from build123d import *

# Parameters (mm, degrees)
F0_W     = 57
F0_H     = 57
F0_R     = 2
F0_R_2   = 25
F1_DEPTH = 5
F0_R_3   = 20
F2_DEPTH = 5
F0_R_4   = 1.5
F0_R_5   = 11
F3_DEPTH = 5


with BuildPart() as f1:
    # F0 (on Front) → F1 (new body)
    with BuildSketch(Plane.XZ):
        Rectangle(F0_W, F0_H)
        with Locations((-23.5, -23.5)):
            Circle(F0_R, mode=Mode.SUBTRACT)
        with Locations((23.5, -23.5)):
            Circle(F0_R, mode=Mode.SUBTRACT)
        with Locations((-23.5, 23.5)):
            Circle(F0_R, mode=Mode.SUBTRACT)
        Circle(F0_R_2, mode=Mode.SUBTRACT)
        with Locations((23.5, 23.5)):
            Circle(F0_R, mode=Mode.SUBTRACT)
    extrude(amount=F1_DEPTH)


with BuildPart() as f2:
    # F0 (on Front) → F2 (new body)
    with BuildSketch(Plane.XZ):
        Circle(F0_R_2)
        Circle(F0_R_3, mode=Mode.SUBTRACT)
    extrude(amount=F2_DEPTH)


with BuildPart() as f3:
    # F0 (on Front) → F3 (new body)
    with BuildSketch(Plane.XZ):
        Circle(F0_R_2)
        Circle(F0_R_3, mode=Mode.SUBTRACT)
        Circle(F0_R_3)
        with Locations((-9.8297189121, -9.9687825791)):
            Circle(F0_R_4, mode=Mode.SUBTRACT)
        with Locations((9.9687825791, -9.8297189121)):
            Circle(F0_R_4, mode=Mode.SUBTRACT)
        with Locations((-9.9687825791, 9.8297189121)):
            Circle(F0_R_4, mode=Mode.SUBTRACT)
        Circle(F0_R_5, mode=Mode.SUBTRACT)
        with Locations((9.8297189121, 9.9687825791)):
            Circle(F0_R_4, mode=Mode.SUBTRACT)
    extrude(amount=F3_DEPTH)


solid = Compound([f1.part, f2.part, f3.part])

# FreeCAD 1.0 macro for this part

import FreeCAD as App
import Part
import Sketcher
from FreeCAD import Vector


def add_polygon(sketch, points):
    """Adds a closed chain of lines whose ends are joined by coincident constraints."""
    first, n = sketch.GeometryCount, len(points)
    for a, b in zip(points, points[1:] + points[:1]):
        sketch.addGeometry(Part.LineSegment(App.Vector(*a, 0), App.Vector(*b, 0)), False)
    for i in range(n):
        sketch.addConstraint(Sketcher.Constraint("Coincident", first + i, 2, first + (i + 1) % n, 1))

doc = App.newDocument("Part")
body = doc.addObject("PartDesign::Body", "Body")

sketch1 = body.newObject("Sketcher::SketchObject", "Sketch")
sketch1.AttachmentSupport = (doc.getObject("XZ_Plane"), [""])
sketch1.MapMode = "FlatFace"
add_polygon(sketch1, [(-28.5, 28.5), (-28.5, -28.5), (28.5, -28.5), (28.5, 28.5)])
sketch1.addGeometry(Part.Circle(Vector(-23.5, -23.5, 0), Vector(0, 0, 1), 2), False)
sketch1.addGeometry(Part.Circle(Vector(23.5, -23.5, 0), Vector(0, 0, 1), 2), False)
sketch1.addGeometry(Part.Circle(Vector(-23.5, 23.5, 0), Vector(0, 0, 1), 2), False)
sketch1.addGeometry(Part.Circle(Vector(0, 0, 0), Vector(0, 0, 1), 25), False)
sketch1.addGeometry(Part.Circle(Vector(23.5, 23.5, 0), Vector(0, 0, 1), 2), False)
sketch1.addConstraint([
    Sketcher.Constraint("Vertical", 0),
    Sketcher.Constraint("Horizontal", 1),
    Sketcher.Constraint("Vertical", 2),
    Sketcher.Constraint("Horizontal", 3),
    Sketcher.Constraint("Coincident", 7, 3, -1, 1),
    Sketcher.Constraint("Equal", 4, 5),
    Sketcher.Constraint("Equal", 5, 6),
    Sketcher.Constraint("Equal", 6, 8),
    Sketcher.Constraint("Symmetric", 5, 3, 6, 3, -1, 1),
    Sketcher.Constraint("Symmetric", 4, 3, 8, 3, -1, 1),
    Sketcher.Constraint("Symmetric", 0, 2, 2, 2, -1, 1),
    Sketcher.Constraint("Symmetric", 4, 3, 5, 3, -2),
    Sketcher.Constraint("Equal", 3, 0),
    Sketcher.Constraint("Diameter", 4, 4.0),
    Sketcher.Constraint("Diameter", 7, 50.0),
    Sketcher.Constraint("DistanceX", 1, 1, 1, 2, 57.0),
    Sketcher.Constraint("DistanceX", 4, 3, 5, 3, 47.0),
    Sketcher.Constraint("DistanceY", 4, 3, 6, 3, 47.0),
])
pad1 = body.newObject("PartDesign::Pad", "Pad")
pad1.Profile = sketch1
pad1.Length = 5
body2 = doc.addObject("PartDesign::Body", "Body001")

sketch2 = body2.newObject("Sketcher::SketchObject", "Sketch001")
sketch2.AttachmentSupport = (doc.getObject("XZ_Plane001"), [""])
sketch2.MapMode = "FlatFace"
sketch2.addGeometry([
    Part.Circle(Vector(0, 0, 0), Vector(0, 0, 1), 25),
    Part.Circle(Vector(0, 0, 0), Vector(0, 0, 1), 20),
], False)
sketch2.addConstraint([
    Sketcher.Constraint("Coincident", 0, 3, -1, 1),
    Sketcher.Constraint("Coincident", 1, 3, -1, 1),
    Sketcher.Constraint("Diameter", 0, 50.0),
    Sketcher.Constraint("Diameter", 1, 40.0),
])
pad2 = body2.newObject("PartDesign::Pad", "Pad001")
pad2.Profile = sketch2
pad2.Length = 5
body3 = doc.addObject("PartDesign::Body", "Body002")

sketch3 = body3.newObject("Sketcher::SketchObject", "Sketch002")
sketch3.AttachmentSupport = (doc.getObject("XZ_Plane002"), [""])
sketch3.MapMode = "FlatFace"
sketch3.addGeometry([
    Part.Circle(Vector(0, 0, 0), Vector(0, 0, 1), 25),
    Part.Circle(Vector(-9.829719, -9.968783, 0), Vector(0, 0, 1), 1.5),
    Part.Circle(Vector(9.968783, -9.829719, 0), Vector(0, 0, 1), 1.5),
    Part.Circle(Vector(-9.968783, 9.829719, 0), Vector(0, 0, 1), 1.5),
    Part.Circle(Vector(0, 0, 0), Vector(0, 0, 1), 11),
    Part.Circle(Vector(9.829719, 9.968783, 0), Vector(0, 0, 1), 1.5),
], False)
sketch3.addConstraint([
    Sketcher.Constraint("Coincident", 0, 3, -1, 1),
    Sketcher.Constraint("Coincident", 4, 3, -1, 1),
    Sketcher.Constraint("Equal", 1, 2),
    Sketcher.Constraint("Equal", 2, 3),
    Sketcher.Constraint("Equal", 3, 5),
    Sketcher.Constraint("Symmetric", 2, 3, 3, 3, -1, 1),
    Sketcher.Constraint("Symmetric", 1, 3, 5, 3, -1, 1),
    Sketcher.Constraint("Diameter", 0, 50.0),
    Sketcher.Constraint("Diameter", 1, 3.0),
    Sketcher.Constraint("Diameter", 4, 22.0),
    Sketcher.Constraint("DistanceX", 1, 3, 2, 3, 19.798501),
    Sketcher.Constraint("DistanceY", 1, 3, 3, 3, 19.798501),
    Sketcher.Constraint("DistanceX", 1, 3, -1, 1, 9.829719),
    Sketcher.Constraint("DistanceY", 2, 3, -1, 1, 9.829719),
])
pad3 = body3.newObject("PartDesign::Pad", "Pad002")
pad3.Profile = sketch3
pad3.Length = 5

doc.recompute()
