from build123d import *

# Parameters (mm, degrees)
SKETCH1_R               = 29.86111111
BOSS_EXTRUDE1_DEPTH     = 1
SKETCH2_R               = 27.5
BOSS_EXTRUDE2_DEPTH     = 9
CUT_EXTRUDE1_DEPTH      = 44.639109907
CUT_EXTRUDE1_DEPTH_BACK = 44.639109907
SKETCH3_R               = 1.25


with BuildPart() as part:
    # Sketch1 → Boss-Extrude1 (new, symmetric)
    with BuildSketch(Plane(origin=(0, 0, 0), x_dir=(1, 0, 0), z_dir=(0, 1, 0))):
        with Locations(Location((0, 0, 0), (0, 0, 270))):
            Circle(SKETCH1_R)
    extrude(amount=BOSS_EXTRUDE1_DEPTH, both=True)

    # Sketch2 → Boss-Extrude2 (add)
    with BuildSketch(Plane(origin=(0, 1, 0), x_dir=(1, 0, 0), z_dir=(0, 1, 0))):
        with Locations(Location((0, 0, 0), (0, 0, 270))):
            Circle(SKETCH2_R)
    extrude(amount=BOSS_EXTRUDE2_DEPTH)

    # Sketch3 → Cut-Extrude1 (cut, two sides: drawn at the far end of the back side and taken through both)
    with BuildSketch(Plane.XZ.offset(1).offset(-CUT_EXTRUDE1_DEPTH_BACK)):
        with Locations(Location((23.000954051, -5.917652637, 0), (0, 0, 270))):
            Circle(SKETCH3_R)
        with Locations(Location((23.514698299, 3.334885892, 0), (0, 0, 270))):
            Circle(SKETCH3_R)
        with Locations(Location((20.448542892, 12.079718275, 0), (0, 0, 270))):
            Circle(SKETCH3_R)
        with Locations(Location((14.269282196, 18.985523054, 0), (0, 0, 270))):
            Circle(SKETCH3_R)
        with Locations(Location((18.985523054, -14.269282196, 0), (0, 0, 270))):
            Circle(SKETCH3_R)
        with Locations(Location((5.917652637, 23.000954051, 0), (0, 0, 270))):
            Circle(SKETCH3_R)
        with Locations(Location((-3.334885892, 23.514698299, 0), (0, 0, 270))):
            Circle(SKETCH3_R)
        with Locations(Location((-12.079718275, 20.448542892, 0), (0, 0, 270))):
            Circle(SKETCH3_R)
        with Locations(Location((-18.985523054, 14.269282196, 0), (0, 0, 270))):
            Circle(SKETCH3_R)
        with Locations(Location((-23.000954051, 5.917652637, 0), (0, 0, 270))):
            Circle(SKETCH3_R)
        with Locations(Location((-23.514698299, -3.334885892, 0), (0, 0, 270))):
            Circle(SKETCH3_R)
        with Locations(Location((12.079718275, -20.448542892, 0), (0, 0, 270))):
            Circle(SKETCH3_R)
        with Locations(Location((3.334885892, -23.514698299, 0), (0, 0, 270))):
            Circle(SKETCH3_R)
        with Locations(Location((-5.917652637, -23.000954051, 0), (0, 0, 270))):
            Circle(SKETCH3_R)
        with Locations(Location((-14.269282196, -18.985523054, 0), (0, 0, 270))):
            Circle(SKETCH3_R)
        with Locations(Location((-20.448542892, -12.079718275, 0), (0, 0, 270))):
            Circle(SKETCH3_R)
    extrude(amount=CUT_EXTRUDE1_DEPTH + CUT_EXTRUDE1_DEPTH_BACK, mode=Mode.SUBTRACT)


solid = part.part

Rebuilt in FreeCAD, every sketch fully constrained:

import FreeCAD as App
import Part
import Sketcher
from FreeCAD import Vector
Q = App.Units.Quantity

doc = App.newDocument("Part")
body = doc.addObject("PartDesign::Body", "Body")

# Sketch on XZ plane
sketch1 = body.newObject("Sketcher::SketchObject", "Sketch")
sketch1.AttachmentSupport = (doc.getObject("XZ_Plane"), [""])
sketch1.MapMode = "FlatFace"
sketch1.addGeometry(Part.Circle(Vector(0, 0, 0), Vector(0, 0, 1), 29.861111), False)
sketch1.addConstraint(Sketcher.Constraint("Coincident", 0, 3, -1, 1))
sketch1.addConstraint(Sketcher.Constraint("Diameter", 0, Q("59.722222 mm")))
pad1 = body.newObject("PartDesign::Pad", "Pad")
pad1.Profile = sketch1
pad1.Length = 2
pad1.Midplane = True

# Sketch on XZ plane
sketch2 = body.newObject("Sketcher::SketchObject", "Sketch001")
sketch2.AttachmentSupport = (doc.getObject("XZ_Plane"), [""])
sketch2.MapMode = "FlatFace"
sketch2.AttachmentOffset = App.Placement(Vector(0, 0, -1), App.Rotation())
sketch2.addGeometry(Part.Circle(Vector(0, 0, 0), Vector(0, 0, 1), 27.5), False)
sketch2.addConstraint(Sketcher.Constraint("Coincident", 0, 3, -1, 1))
sketch2.addConstraint(Sketcher.Constraint("Diameter", 0, Q("55 mm")))
pad2 = body.newObject("PartDesign::Pad", "Pad001")
pad2.Profile = sketch2
pad2.Length = 9
pad2.Reversed = True

# Sketch on XZ plane
sketch3 = body.newObject("Sketcher::SketchObject", "Sketch002")
sketch3.AttachmentSupport = (doc.getObject("XZ_Plane"), [""])
sketch3.MapMode = "FlatFace"
sketch3.AttachmentOffset = App.Placement(Vector(0, 0, 1), App.Rotation())
sketch3.addGeometry(Part.Circle(Vector(23.000954, -5.917653, 0), Vector(0, 0, 1), 1.25), False)
sketch3.addGeometry(Part.Circle(Vector(23.514698, 3.334886, 0), Vector(0, 0, 1), 1.25), False)
sketch3.addGeometry(Part.Circle(Vector(20.448543, 12.079718, 0), Vector(0, 0, 1), 1.25), False)
sketch3.addGeometry(Part.Circle(Vector(14.269282, 18.985523, 0), Vector(0, 0, 1), 1.25), False)
sketch3.addGeometry(Part.Circle(Vector(18.985523, -14.269282, 0), Vector(0, 0, 1), 1.25), False)
sketch3.addGeometry(Part.Circle(Vector(5.917653, 23.000954, 0), Vector(0, 0, 1), 1.25), False)
sketch3.addGeometry(Part.Circle(Vector(-3.334886, 23.514698, 0), Vector(0, 0, 1), 1.25), False)
sketch3.addGeometry(Part.Circle(Vector(-12.079718, 20.448543, 0), Vector(0, 0, 1), 1.25), False)
sketch3.addGeometry(Part.Circle(Vector(-18.985523, 14.269282, 0), Vector(0, 0, 1), 1.25), False)
sketch3.addGeometry(Part.Circle(Vector(-23.000954, 5.917653, 0), Vector(0, 0, 1), 1.25), False)
sketch3.addGeometry(Part.Circle(Vector(-23.514698, -3.334886, 0), Vector(0, 0, 1), 1.25), False)
sketch3.addGeometry(Part.Circle(Vector(12.079718, -20.448543, 0), Vector(0, 0, 1), 1.25), False)
sketch3.addGeometry(Part.Circle(Vector(3.334886, -23.514698, 0), Vector(0, 0, 1), 1.25), False)
sketch3.addGeometry(Part.Circle(Vector(-5.917653, -23.000954, 0), Vector(0, 0, 1), 1.25), False)
sketch3.addGeometry(Part.Circle(Vector(-14.269282, -18.985523, 0), Vector(0, 0, 1), 1.25), False)
sketch3.addGeometry(Part.Circle(Vector(-20.448543, -12.079718, 0), Vector(0, 0, 1), 1.25), False)
sketch3.addConstraint(Sketcher.Constraint("Equal", 0, 1))
sketch3.addConstraint(Sketcher.Constraint("Equal", 1, 2))
sketch3.addConstraint(Sketcher.Constraint("Equal", 2, 3))
sketch3.addConstraint(Sketcher.Constraint("Equal", 3, 4))
sketch3.addConstraint(Sketcher.Constraint("Equal", 4, 5))
sketch3.addConstraint(Sketcher.Constraint("Equal", 5, 6))
sketch3.addConstraint(Sketcher.Constraint("Equal", 6, 7))
sketch3.addConstraint(Sketcher.Constraint("Equal", 7, 8))
sketch3.addConstraint(Sketcher.Constraint("Equal", 8, 9))
sketch3.addConstraint(Sketcher.Constraint("Equal", 9, 10))
sketch3.addConstraint(Sketcher.Constraint("Equal", 10, 11))
sketch3.addConstraint(Sketcher.Constraint("Equal", 11, 12))
sketch3.addConstraint(Sketcher.Constraint("Equal", 12, 13))
sketch3.addConstraint(Sketcher.Constraint("Equal", 13, 14))
sketch3.addConstraint(Sketcher.Constraint("Equal", 14, 15))
sketch3.addConstraint(Sketcher.Constraint("Symmetric", 4, 3, 8, 3, -1, 1))
sketch3.addConstraint(Sketcher.Constraint("Symmetric", 0, 3, 9, 3, -1, 1))
sketch3.addConstraint(Sketcher.Constraint("Symmetric", 1, 3, 10, 3, -1, 1))
sketch3.addConstraint(Sketcher.Constraint("Symmetric", 7, 3, 11, 3, -1, 1))
sketch3.addConstraint(Sketcher.Constraint("Symmetric", 6, 3, 12, 3, -1, 1))
sketch3.addConstraint(Sketcher.Constraint("Symmetric", 5, 3, 13, 3, -1, 1))
sketch3.addConstraint(Sketcher.Constraint("Symmetric", 3, 3, 14, 3, -1, 1))
sketch3.addConstraint(Sketcher.Constraint("Symmetric", 2, 3, 15, 3, -1, 1))
sketch3.addConstraint(Sketcher.Constraint("Diameter", 0, Q("2.5 mm")))
sketch3.addConstraint(Sketcher.Constraint("DistanceY", 4, 3, 2, 3, Q("26.349 mm")))
sketch3.addConstraint(Sketcher.Constraint("DistanceX", 7, 3, 3, 3, Q("26.349 mm")))
sketch3.addConstraint(Sketcher.Constraint("DistanceX", -1, 1, 1, 3, Q("23.514698 mm")))
sketch3.addConstraint(Sketcher.Constraint("DistanceY", -1, 1, 6, 3, Q("23.514698 mm")))
sketch3.addConstraint(Sketcher.Constraint("DistanceX", 5, 3, 0, 3, Q("17.083301 mm")))
sketch3.addConstraint(Sketcher.Constraint("DistanceY", 9, 3, 5, 3, Q("17.083301 mm")))
sketch3.addConstraint(Sketcher.Constraint("DistanceY", -1, 1, 2, 3, Q("12.079718 mm")))
sketch3.addConstraint(Sketcher.Constraint("DistanceX", 7, 3, -1, 1, Q("12.079718 mm")))
sketch3.addConstraint(Sketcher.Constraint("DistanceY", 0, 3, 1, 3, Q("9.252539 mm")))
sketch3.addConstraint(Sketcher.Constraint("DistanceX", 2, 3, 0, 3, Q("2.552411 mm")))
sketch3.addConstraint(Sketcher.Constraint("DistanceY", 0, 3, 2, 3, Q("17.997371 mm")))
sketch3.addConstraint(Sketcher.Constraint("DistanceX", 3, 3, 2, 3, Q("6.179261 mm")))
sketch3.addConstraint(Sketcher.Constraint("DistanceX", 4, 3, 0, 3, Q("4.015431 mm")))
sketch3.addConstraint(Sketcher.Constraint("DistanceY", 3, 3, 5, 3, Q("4.015431 mm")))
sketch3.addConstraint(Sketcher.Constraint("DistanceX", 6, 3, 5, 3, Q("9.252539 mm")))
sketch3.addConstraint(Sketcher.Constraint("DistanceY", 7, 3, 5, 3, Q("2.552411 mm")))
pocket1 = body.newObject("PartDesign::Pocket", "Pocket")
pocket1.Profile = sketch3
pocket1.Type = "ThroughAll"
pocket1.Midplane = True

doc.recompute()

- **The task**: Within the records, how many lines carry the word "Front"? Reply with the figure alone.

- **Answer below**: 3